-- MATERIAL FOR THIS TASK --
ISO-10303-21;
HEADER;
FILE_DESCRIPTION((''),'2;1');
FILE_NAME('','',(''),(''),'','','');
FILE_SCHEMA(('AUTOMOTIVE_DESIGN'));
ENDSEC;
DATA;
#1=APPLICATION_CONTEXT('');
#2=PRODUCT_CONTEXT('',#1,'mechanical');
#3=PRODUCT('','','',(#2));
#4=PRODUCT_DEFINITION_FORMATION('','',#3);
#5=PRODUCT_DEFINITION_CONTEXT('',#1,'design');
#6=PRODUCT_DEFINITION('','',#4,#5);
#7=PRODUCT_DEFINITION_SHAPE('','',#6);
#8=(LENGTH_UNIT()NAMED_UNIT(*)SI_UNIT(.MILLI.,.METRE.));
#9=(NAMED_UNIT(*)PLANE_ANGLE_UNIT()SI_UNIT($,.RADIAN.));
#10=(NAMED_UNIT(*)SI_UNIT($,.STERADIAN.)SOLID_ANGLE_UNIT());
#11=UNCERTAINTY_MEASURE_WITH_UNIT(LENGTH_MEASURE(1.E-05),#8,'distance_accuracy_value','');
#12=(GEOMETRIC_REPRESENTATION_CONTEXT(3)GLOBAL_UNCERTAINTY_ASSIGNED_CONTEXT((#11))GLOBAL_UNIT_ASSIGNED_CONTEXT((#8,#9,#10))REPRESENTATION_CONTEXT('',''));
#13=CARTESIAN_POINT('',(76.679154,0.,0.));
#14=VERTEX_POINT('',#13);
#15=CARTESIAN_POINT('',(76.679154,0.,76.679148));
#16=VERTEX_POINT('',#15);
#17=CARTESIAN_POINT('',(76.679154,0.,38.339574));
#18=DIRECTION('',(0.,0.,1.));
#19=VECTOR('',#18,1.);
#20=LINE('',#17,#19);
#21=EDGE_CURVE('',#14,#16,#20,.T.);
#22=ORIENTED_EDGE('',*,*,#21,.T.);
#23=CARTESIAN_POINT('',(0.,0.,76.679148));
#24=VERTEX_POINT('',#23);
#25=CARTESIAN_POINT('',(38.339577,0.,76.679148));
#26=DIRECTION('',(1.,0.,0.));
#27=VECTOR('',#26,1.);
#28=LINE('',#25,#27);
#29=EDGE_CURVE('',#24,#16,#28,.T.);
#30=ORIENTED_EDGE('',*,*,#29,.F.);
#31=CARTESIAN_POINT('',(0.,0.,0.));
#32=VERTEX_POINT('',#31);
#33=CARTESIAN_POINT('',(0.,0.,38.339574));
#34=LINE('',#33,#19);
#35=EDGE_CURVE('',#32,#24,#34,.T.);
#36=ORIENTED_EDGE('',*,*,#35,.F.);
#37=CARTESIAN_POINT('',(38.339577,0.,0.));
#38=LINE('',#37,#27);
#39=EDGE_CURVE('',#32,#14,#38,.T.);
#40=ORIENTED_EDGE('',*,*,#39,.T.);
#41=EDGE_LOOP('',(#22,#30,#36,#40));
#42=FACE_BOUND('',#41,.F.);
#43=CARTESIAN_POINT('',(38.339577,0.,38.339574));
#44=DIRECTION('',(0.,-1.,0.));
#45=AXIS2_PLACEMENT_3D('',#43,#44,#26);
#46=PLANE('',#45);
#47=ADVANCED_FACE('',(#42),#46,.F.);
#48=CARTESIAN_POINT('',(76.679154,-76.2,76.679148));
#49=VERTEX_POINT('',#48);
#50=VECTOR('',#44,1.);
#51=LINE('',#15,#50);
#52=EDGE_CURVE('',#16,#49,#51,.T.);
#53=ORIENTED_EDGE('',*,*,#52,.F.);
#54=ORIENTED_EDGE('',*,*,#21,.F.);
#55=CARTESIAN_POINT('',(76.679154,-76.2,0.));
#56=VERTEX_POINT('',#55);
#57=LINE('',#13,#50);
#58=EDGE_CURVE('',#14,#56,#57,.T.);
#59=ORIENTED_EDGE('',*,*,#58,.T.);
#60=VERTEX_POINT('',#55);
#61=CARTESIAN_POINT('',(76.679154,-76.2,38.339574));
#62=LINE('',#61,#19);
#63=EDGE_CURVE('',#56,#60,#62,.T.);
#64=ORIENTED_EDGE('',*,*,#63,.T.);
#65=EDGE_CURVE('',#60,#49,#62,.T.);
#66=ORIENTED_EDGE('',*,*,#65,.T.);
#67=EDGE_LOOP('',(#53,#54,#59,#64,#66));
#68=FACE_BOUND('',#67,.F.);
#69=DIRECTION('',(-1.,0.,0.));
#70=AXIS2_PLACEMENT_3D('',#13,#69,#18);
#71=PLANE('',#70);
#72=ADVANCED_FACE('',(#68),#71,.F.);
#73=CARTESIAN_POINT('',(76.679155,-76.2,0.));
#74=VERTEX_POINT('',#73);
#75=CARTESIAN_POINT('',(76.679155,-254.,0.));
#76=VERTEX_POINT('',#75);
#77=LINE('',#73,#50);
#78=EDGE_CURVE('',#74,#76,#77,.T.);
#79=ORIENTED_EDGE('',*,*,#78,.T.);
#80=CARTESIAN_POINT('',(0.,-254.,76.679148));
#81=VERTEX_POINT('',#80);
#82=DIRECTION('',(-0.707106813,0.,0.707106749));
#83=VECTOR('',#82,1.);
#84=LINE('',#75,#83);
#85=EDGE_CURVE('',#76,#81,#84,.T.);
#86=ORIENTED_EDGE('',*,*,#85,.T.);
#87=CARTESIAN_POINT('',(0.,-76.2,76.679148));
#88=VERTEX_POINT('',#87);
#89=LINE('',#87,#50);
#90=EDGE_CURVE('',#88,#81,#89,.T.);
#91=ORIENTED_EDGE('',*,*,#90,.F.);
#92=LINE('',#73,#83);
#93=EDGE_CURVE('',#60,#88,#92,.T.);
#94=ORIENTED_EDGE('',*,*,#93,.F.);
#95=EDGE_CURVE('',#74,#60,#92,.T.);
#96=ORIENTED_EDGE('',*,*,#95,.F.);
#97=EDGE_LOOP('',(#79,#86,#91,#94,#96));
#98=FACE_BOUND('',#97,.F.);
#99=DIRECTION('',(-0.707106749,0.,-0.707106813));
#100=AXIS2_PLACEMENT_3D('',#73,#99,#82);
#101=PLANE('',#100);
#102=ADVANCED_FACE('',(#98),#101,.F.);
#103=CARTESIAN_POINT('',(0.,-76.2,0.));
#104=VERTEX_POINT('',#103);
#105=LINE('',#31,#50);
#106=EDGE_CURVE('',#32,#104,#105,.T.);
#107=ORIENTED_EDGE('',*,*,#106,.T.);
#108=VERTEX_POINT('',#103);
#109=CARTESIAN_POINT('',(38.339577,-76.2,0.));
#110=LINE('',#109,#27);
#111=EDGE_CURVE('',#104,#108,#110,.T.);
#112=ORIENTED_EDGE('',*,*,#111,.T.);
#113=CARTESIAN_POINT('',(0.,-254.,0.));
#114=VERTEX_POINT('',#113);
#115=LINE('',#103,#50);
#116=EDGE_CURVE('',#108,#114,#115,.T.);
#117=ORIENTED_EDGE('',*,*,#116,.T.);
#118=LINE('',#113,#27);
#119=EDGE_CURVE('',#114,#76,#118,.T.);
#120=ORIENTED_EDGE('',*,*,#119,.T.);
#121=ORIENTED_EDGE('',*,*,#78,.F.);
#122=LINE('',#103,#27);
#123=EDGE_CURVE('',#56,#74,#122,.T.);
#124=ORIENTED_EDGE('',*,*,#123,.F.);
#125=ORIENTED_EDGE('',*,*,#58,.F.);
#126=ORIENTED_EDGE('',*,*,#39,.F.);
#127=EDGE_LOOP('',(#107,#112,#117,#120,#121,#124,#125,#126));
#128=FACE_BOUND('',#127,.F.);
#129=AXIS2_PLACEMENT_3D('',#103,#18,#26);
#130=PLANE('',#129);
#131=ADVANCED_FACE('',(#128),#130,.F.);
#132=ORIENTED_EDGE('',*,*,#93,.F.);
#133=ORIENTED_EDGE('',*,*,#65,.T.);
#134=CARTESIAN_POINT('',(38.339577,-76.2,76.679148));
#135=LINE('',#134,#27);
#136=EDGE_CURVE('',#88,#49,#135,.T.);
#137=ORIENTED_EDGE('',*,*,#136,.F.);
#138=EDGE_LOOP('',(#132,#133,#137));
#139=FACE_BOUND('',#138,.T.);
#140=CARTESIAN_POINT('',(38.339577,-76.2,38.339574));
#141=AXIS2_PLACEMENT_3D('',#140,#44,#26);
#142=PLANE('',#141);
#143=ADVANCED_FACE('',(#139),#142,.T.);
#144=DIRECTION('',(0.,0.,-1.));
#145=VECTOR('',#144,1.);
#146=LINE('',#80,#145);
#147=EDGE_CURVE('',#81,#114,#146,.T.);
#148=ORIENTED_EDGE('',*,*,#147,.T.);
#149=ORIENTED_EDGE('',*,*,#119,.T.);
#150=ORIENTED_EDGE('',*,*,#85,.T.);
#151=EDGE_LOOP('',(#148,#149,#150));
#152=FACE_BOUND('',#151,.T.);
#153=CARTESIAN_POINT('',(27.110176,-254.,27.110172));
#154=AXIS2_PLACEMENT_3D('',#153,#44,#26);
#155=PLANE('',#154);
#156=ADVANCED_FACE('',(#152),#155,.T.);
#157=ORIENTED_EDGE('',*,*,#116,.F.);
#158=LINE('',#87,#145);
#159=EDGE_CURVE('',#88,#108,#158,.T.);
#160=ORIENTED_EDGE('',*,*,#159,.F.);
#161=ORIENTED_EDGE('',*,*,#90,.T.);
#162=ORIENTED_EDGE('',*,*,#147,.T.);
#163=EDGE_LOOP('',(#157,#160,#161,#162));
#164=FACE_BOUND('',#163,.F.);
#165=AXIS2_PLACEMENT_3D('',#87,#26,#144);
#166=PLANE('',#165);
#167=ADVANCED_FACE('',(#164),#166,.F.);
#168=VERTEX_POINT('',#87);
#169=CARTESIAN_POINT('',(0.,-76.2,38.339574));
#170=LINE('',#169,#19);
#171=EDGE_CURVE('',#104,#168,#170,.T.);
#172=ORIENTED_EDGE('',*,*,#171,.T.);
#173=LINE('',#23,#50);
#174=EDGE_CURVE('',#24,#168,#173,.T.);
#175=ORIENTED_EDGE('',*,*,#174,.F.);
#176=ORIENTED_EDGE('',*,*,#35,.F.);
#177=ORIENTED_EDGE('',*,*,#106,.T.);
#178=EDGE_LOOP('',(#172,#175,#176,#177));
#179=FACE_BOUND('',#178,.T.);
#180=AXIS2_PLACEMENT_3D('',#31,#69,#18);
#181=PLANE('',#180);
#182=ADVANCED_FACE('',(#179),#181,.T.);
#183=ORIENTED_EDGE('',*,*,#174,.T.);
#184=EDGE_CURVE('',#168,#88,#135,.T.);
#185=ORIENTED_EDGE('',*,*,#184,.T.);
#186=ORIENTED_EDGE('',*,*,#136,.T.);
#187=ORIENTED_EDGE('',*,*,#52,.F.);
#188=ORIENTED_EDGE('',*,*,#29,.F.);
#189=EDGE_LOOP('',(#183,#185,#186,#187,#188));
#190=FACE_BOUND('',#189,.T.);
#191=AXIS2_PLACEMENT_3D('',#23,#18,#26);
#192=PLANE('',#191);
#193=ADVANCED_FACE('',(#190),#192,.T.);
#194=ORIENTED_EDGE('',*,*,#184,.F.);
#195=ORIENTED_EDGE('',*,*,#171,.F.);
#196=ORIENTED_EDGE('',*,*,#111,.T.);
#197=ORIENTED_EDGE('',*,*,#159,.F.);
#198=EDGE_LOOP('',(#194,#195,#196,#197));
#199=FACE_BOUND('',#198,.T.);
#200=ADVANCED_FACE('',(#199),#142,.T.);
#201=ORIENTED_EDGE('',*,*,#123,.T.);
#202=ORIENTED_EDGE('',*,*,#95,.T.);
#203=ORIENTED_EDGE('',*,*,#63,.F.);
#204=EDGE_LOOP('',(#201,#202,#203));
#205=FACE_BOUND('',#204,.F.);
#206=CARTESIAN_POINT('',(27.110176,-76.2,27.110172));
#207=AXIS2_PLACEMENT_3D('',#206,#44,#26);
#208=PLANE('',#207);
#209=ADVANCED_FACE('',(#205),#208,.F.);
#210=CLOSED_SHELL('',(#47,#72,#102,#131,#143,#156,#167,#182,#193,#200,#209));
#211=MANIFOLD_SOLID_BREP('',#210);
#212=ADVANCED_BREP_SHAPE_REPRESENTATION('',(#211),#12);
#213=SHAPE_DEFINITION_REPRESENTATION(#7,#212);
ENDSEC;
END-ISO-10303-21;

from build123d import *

# Parameters (mm, degrees)
F0_W     = 76.679155
F0_H     = 76.679148
F1_DEPTH = 76.2
F3_DEPTH = 177.8


with BuildPart() as f1:
    # F0 (on Front) → F1 (new body)
    with BuildSketch(Plane.XZ):
        with Locations((38.339577, 38.339574)):
            Rectangle(F0_W, F0_H)
    extrude(amount=F1_DEPTH)

    # F2 (on face) → F3 (join)
    with BuildSketch(Plane.XZ.offset(76.2)):
        Polygon((76.679155, 0), (0, 76.679148), (0, 0), align=None)
    extrude(amount=F3_DEPTH)


solid = f1.part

-- TASK STATEMENT --
Find each line holding the string "DIRECTION" in the listing above, then copy it.

-- SOLUTION --
#18=DIRECTION('',(0.,0.,1.));
#26=DIRECTION('',(1.,0.,0.));
#44=DIRECTION('',(0.,-1.,0.));
#69=DIRECTION('',(-1.,0.,0.));
#82=DIRECTION('',(-0.707106813,0.,0.707106749));
#99=DIRECTION('',(-0.707106749,0.,-0.707106813));
#144=DIRECTION('',(0.,0.,-1.));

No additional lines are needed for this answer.